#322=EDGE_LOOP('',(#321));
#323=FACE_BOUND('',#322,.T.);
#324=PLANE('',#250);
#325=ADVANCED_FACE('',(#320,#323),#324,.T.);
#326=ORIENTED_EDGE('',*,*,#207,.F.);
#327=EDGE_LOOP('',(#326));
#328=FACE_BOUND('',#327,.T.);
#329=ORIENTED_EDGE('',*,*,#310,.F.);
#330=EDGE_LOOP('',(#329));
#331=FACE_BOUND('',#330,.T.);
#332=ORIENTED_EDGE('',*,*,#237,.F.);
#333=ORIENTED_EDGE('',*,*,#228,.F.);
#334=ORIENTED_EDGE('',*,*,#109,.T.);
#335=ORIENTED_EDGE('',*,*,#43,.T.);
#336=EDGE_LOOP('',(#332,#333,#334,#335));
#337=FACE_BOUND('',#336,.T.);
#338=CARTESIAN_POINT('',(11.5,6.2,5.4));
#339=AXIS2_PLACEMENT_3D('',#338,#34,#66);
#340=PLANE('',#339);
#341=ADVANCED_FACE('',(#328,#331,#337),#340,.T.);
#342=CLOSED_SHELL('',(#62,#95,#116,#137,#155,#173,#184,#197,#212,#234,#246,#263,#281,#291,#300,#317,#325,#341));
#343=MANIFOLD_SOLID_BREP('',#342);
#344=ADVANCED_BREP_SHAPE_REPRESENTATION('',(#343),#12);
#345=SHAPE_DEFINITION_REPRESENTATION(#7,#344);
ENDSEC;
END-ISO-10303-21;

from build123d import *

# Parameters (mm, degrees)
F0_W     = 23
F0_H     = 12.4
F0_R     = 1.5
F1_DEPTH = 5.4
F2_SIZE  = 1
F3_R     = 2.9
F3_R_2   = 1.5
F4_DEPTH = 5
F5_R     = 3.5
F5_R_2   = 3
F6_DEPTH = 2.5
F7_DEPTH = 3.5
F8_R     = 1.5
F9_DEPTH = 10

---*---

Problem statement:
Give the entries again, every one of them exactly.

Exercise solution:
#322=EDGE_LOOP('',(#321));
#323=FACE_BOUND('',#322,.T.);
#324=PLANE('',#250);
#325=ADVANCED_FACE('',(#320,#323),#324,.T.);
#326=ORIENTED_EDGE('',*,*,#207,.F.);
#327=EDGE_LOOP('',(#326));
#328=FACE_BOUND('',#327,.T.);
#329=ORIENTED_EDGE('',*,*,#310,.F.);
#330=EDGE_LOOP('',(#329));
#331=FACE_BOUND('',#330,.T.);
#332=ORIENTED_EDGE('',*,*,#237,.F.);
#333=ORIENTED_EDGE('',*,*,#228,.F.);
#334=ORIENTED_EDGE('',*,*,#109,.T.);
#335=ORIENTED_EDGE('',*,*,#43,.T.);
#336=EDGE_LOOP('',(#332,#333,#334,#335));
#337=FACE_BOUND('',#336,.T.);
#338=CARTESIAN_POINT('',(11.5,6.2,5.4));
#339=AXIS2_PLACEMENT_3D('',#338,#34,#66);
#340=PLANE('',#339);
#341=ADVANCED_FACE('',(#328,#331,#337),#340,.T.);
#342=CLOSED_SHELL('',(#62,#95,#116,#137,#155,#173,#184,#197,#212,#234,#246,#263,#281,#291,#300,#317,#325,#341));
#343=MANIFOLD_SOLID_BREP('',#342);
#344=ADVANCED_BREP_SHAPE_REPRESENTATION('',(#343),#12);
#345=SHAPE_DEFINITION_REPRESENTATION(#7,#344);
ENDSEC;
END-ISO-10303-21;

from build123d import *

# Parameters (mm, degrees)
F0_W     = 23
F0_H     = 12.4
F0_R     = 1.5
F1_DEPTH = 5.4
F2_SIZE  = 1
F3_R     = 2.9
F3_R_2   = 1.5
F4_DEPTH = 5
F5_R     = 3.5
F5_R_2   = 3
F6_DEPTH = 2.5
F7_DEPTH = 3.5
F8_R     = 1.5
F9_DEPTH = 10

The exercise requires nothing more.